Results can be error-prone due to a number of factors, including:
- Poor quality camera microphone
- Distance of the audio source to the camera microphone
- Low audio bitrate setting in the camera
- Background noise
- Using the `small` model - it's fast, but not accurate for poor quality audio
For speech sources close to the camera with minimal background noise, use the `small` model.
If you have CUDA hardware, you can experiment with the `large` `whisper` model on GPU. Performance is not quite as fast as the `sherpa-onnx` `small` model, but live transcription is far more accurate.

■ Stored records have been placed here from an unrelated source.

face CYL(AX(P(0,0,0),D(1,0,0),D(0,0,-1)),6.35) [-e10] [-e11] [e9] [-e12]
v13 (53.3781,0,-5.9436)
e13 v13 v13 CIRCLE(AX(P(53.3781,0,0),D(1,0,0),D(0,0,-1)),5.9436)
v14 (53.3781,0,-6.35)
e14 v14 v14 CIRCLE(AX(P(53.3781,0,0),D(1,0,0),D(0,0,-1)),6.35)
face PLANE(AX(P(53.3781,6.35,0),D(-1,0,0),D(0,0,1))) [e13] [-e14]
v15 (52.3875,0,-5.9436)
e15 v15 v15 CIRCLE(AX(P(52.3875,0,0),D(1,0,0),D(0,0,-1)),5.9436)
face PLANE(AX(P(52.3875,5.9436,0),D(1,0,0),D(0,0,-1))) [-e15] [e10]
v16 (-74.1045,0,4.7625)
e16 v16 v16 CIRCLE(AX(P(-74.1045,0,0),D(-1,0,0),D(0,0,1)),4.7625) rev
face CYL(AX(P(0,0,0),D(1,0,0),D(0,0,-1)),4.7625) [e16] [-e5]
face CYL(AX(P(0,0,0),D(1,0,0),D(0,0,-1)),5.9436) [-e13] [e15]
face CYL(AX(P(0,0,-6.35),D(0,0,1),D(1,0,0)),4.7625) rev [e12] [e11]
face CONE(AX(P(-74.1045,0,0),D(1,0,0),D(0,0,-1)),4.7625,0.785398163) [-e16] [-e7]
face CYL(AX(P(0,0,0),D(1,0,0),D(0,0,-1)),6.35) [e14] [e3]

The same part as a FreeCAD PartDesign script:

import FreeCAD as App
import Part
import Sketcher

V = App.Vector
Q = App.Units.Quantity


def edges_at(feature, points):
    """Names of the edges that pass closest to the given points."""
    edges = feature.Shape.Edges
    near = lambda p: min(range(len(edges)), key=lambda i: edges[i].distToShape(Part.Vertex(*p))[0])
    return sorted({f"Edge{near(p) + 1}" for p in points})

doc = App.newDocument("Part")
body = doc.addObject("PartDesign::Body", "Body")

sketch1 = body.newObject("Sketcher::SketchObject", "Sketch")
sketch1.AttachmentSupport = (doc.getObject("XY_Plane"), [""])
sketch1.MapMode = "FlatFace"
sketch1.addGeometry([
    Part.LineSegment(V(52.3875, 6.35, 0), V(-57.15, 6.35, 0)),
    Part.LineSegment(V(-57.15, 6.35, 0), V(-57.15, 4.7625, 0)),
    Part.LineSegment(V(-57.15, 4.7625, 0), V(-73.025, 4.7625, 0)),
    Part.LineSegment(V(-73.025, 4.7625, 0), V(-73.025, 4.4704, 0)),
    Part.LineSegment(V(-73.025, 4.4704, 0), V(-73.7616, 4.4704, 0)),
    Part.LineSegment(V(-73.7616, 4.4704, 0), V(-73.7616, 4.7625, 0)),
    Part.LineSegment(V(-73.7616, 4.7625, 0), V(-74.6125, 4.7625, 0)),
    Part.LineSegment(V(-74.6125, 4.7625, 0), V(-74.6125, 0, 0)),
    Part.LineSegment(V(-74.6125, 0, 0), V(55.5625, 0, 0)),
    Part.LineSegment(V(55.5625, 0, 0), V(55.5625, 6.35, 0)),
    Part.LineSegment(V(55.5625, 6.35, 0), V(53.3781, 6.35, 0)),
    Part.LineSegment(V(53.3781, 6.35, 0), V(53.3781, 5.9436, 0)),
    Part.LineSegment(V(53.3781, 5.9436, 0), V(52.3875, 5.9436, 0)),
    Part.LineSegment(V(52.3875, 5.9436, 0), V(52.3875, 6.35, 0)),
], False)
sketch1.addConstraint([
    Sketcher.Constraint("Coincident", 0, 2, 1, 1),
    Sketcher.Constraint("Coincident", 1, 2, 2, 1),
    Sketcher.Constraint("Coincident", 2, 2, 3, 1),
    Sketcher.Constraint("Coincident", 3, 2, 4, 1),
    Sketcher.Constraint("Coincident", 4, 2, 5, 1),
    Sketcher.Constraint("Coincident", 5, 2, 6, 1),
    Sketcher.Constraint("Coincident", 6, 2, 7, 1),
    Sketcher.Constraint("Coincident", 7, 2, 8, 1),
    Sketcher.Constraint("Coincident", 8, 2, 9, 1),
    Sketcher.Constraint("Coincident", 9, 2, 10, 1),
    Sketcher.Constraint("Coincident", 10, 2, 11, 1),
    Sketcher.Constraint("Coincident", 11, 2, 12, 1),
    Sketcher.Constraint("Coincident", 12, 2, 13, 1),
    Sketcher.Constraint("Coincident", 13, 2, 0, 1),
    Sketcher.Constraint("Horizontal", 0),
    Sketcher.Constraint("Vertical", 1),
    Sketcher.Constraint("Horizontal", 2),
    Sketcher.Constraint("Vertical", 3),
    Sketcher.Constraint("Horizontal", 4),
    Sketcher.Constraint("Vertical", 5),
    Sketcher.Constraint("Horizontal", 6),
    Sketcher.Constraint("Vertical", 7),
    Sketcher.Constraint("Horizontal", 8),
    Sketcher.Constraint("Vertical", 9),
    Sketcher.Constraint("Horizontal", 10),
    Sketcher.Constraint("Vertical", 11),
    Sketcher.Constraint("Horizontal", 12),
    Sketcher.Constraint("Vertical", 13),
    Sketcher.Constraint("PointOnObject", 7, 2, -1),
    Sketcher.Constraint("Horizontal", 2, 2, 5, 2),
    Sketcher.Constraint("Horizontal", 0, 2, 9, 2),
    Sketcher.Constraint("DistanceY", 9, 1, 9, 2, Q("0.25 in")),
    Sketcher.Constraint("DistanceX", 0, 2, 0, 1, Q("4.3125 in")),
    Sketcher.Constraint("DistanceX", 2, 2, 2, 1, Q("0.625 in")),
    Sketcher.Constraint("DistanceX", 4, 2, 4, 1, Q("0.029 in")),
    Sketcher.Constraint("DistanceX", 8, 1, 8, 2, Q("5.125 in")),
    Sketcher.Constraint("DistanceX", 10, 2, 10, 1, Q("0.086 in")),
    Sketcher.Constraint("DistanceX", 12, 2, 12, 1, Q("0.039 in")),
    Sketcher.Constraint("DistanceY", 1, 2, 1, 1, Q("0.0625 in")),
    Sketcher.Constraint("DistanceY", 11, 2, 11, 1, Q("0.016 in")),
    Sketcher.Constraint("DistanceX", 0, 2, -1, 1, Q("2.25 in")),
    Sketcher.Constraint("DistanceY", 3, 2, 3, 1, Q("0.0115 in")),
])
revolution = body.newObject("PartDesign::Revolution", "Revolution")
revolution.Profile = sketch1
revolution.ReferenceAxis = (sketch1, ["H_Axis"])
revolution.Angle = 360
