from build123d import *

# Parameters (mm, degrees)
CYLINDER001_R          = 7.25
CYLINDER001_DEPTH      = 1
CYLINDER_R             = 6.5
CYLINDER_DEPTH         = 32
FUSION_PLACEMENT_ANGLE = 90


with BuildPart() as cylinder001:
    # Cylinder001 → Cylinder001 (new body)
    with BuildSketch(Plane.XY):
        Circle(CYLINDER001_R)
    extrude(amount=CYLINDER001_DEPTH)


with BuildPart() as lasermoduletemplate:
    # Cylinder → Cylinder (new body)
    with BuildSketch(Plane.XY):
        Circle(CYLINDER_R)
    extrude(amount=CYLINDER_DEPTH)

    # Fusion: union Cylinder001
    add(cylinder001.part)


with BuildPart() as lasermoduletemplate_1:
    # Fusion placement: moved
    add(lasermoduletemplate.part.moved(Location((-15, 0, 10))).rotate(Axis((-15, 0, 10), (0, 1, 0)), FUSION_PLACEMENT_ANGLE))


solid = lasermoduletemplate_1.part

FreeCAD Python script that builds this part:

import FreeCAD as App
import Part
import Sketcher

doc = App.newDocument("Part")
body = doc.addObject("PartDesign::Body", "Body")

sketch1 = body.newObject("Sketcher::SketchObject", "Sketch")
sketch1.AttachmentSupport = (doc.getObject("XY_Plane"), [""])
sketch1.MapMode = "FlatFace"
sketch1.addGeometry(Part.Circle(App.Vector(0, 0, 0), App.Vector(0, 0, 1), 7.25), False)
sketch1.addConstraint([
    Sketcher.Constraint("Coincident", 0, 3, -1, 1),
    Sketcher.Constraint("Diameter", 0, 14.5),
])
pad1 = body.newObject("PartDesign::Pad", "Pad")
pad1.Profile = sketch1
pad1.Length = 1
body2 = doc.addObject("PartDesign::Body", "Body001")

sketch2 = body2.newObject("Sketcher::SketchObject", "Sketch001")
sketch2.AttachmentSupport = (doc.getObject("XY_Plane001"), [""])
sketch2.MapMode = "FlatFace"
sketch2.addGeometry(Part.Circle(App.Vector(0, 0, 0), App.Vector(0, 0, 1), 6.5), False)
sketch2.addConstraint([
    Sketcher.Constraint("Coincident", 0, 3, -1, 1),
    Sketcher.Constraint("Diameter", 0, 13.0),
])
pad2 = body2.newObject("PartDesign::Pad", "Pad001")
pad2.Profile = sketch2
pad2.Length = 32
doc.recompute()

boolean = body2.newObject("PartDesign::Boolean", "Boolean")
boolean.Type = "Fuse"
boolean.addObjects([body])
body3 = doc.addObject("PartDesign::Body", "Body002")
doc.recompute()

body2.Placement = App.Placement(App.Vector(-15, 0, 10), App.Rotation(App.Vector(0, 1, 0), 90))
boolean2 = body3.newObject("PartDesign::Boolean", "Boolean001")
boolean2.Type = "Fuse"
boolean2.addObjects([body2])

doc.recompute()
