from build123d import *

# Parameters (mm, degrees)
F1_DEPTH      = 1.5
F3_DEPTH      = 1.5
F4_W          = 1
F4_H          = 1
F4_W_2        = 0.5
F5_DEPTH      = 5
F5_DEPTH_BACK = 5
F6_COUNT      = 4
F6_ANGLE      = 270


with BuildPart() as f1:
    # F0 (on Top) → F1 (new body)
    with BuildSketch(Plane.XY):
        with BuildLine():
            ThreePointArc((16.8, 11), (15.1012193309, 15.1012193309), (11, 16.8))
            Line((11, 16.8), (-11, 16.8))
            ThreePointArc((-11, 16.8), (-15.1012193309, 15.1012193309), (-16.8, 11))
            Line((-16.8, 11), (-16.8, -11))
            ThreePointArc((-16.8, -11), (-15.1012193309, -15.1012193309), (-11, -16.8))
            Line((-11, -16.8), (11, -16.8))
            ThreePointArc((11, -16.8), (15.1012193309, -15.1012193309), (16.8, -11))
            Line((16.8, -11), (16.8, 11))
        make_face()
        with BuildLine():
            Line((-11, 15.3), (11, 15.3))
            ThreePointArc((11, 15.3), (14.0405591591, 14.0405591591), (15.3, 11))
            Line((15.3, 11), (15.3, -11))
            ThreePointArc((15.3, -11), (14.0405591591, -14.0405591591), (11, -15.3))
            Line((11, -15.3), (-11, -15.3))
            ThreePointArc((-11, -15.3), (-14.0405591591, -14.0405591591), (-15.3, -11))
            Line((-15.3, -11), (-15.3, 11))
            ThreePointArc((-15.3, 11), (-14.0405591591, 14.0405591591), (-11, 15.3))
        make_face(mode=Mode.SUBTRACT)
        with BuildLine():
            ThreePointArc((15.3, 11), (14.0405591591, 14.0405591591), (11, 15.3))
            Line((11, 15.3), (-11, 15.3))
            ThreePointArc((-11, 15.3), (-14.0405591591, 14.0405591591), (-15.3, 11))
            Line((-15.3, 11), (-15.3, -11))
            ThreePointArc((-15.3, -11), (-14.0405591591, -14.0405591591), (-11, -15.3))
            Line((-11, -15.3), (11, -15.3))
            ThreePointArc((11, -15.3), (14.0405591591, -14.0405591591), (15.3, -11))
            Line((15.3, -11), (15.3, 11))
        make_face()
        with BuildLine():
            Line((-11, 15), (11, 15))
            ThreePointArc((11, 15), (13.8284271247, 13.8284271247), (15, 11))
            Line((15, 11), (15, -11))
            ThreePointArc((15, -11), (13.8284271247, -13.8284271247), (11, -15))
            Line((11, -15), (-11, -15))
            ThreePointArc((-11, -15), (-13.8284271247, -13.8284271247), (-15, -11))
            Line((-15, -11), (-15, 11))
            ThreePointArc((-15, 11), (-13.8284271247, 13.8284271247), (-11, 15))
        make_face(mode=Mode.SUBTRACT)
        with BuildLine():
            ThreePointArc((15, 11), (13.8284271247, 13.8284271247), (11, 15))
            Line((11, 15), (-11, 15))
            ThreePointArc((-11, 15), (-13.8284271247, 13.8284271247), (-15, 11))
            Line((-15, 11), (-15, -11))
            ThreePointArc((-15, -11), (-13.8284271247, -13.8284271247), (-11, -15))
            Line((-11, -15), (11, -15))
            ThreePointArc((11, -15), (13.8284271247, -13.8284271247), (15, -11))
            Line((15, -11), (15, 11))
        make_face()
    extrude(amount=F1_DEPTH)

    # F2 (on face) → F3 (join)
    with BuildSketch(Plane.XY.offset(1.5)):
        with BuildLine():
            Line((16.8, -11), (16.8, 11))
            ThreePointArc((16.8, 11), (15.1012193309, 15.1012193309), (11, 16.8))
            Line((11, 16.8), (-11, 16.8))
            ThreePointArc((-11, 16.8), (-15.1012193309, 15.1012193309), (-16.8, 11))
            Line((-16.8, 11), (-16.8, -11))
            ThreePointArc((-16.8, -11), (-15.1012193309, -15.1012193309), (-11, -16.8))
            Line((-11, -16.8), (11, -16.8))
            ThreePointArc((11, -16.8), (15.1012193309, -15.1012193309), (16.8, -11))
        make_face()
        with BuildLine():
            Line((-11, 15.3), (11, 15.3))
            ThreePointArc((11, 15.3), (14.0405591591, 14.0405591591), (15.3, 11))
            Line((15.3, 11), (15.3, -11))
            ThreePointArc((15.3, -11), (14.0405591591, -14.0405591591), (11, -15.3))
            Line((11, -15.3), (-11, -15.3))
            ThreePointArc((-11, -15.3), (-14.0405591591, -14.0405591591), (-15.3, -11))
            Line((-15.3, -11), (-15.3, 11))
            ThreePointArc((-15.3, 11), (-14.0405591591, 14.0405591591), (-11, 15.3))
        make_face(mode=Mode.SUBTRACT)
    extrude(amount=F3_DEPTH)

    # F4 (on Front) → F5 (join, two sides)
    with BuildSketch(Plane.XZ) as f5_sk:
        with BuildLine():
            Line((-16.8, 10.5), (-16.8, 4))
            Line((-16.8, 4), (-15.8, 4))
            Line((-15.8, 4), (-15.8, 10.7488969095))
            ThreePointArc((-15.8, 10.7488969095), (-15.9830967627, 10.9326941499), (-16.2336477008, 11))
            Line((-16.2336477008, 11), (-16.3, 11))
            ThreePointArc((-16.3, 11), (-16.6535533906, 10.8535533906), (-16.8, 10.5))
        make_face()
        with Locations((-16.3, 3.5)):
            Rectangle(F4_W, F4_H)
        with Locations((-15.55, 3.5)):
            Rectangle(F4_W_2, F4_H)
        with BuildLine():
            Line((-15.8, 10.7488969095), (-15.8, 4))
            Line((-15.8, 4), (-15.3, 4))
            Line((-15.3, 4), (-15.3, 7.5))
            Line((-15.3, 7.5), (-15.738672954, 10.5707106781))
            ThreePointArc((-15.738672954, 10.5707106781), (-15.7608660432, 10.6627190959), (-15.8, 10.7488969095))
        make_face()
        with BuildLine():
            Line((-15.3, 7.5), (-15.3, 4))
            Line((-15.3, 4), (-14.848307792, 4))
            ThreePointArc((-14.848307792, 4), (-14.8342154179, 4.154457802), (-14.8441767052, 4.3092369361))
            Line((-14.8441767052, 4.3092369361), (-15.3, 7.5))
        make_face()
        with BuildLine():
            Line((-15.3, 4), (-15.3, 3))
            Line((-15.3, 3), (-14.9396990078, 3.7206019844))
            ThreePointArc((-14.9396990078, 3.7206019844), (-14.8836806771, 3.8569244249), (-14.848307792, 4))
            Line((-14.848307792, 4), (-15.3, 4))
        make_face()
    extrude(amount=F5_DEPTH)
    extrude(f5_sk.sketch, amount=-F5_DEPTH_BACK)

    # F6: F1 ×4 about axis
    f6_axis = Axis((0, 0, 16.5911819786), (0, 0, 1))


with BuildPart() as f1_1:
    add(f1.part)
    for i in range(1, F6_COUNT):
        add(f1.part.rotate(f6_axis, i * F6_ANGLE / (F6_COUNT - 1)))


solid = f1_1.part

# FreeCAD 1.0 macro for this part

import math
import FreeCAD as App
import Part
import Sketcher

V = App.Vector
Q = App.Units.Quantity

doc = App.newDocument("Part")
body = doc.addObject("PartDesign::Body", "Body")

sketch1 = doc.addObject("Sketcher::SketchObject", "Sketch")
body.addObject(sketch1)
sketch1.AttachmentSupport = (doc.XY_Plane, [""])
sketch1.MapMode = "FlatFace"
sketch1.addGeometry([
    Part.ArcOfCircle(Part.Circle(V(11, 11, 0), V(0, 0, 1), 5.8), math.radians(0), math.radians(90)),
    Part.LineSegment(V(11, 16.8, 0), V(-11, 16.8, 0)),
    Part.ArcOfCircle(Part.Circle(V(-11, 11, 0), V(0, 0, 1), 5.8), math.radians(90), math.radians(180)),
    Part.LineSegment(V(-16.8, 11, 0), V(-16.8, -11, 0)),
    Part.ArcOfCircle(Part.Circle(V(-11, -11, 0), V(0, 0, 1), 5.8), math.radians(180), math.radians(270)),
    Part.LineSegment(V(-11, -16.8, 0), V(11, -16.8, 0)),
    Part.ArcOfCircle(Part.Circle(V(11, -11, 0), V(0, 0, 1), 5.8), math.radians(-90), math.radians(0)),
    Part.LineSegment(V(16.8, -11, 0), V(16.8, 11, 0)),
], False)
sketch1.addConstraint([
    Sketcher.Constraint("Tangent", 0, 2, 1, 1),
    Sketcher.Constraint("Tangent", 1, 2, 2, 1),
    Sketcher.Constraint("Tangent", 2, 2, 3, 1),
    Sketcher.Constraint("Tangent", 3, 2, 4, 1),
    Sketcher.Constraint("Tangent", 4, 2, 5, 1),
    Sketcher.Constraint("Tangent", 5, 2, 6, 1),
    Sketcher.Constraint("Tangent", 6, 2, 7, 1),
    Sketcher.Constraint("Tangent", 7, 2, 0, 1),
    Sketcher.Constraint("Horizontal", 1),
    Sketcher.Constraint("Vertical", 3),
    Sketcher.Constraint("Horizontal", 5),
    Sketcher.Constraint("Vertical", 7),
    Sketcher.Constraint("Equal", 0, 2),
    Sketcher.Constraint("Equal", 2, 4),
    Sketcher.Constraint("Equal", 4, 6),
    Sketcher.Constraint("Symmetric", 0, 3, 4, 3, -1, 1),
    Sketcher.Constraint("Equal", 5, 3),
    Sketcher.Constraint("Radius", 0, Q("5.8 mm")),
    Sketcher.Constraint("DistanceX", 1, 2, 1, 1, Q("22 mm")),
])
pad1 = doc.addObject("PartDesign::Pad", "Pad")
body.addObject(pad1)
pad1.Profile = sketch1
pad1.Length = 1.5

Using the `large` model with CPU will likely be too slow for real-time transcription.
#### Transcription and translation of `speech` audio events
Any `speech` events in Explore can be transcribed and/or translated through the Transcribe button in the Tracked Object Details pane.
In order to use transcription and translation for past events, you must enable audio detection and define `speech` as an audio type to listen for in your config. To have `speech` events translated into the language of your choice, set the `language` config parameter with the correct [language code](https://github.com/openai/whisper/blob/main/whisper/tokenizer.py#L10).
The transcribed/translated speech will appear in the description box in the Tracked Object Details pane. If Semantic Search is enabled, embeddings are generated for the transcription text and are fully searchable using the description search type.
Recorded `speech` events will always use a `whisper` model, regardless of the `model_size` config setting. Without a GPU, generating transcriptions for longer `speech` events may take a fair amount of time, so be patient.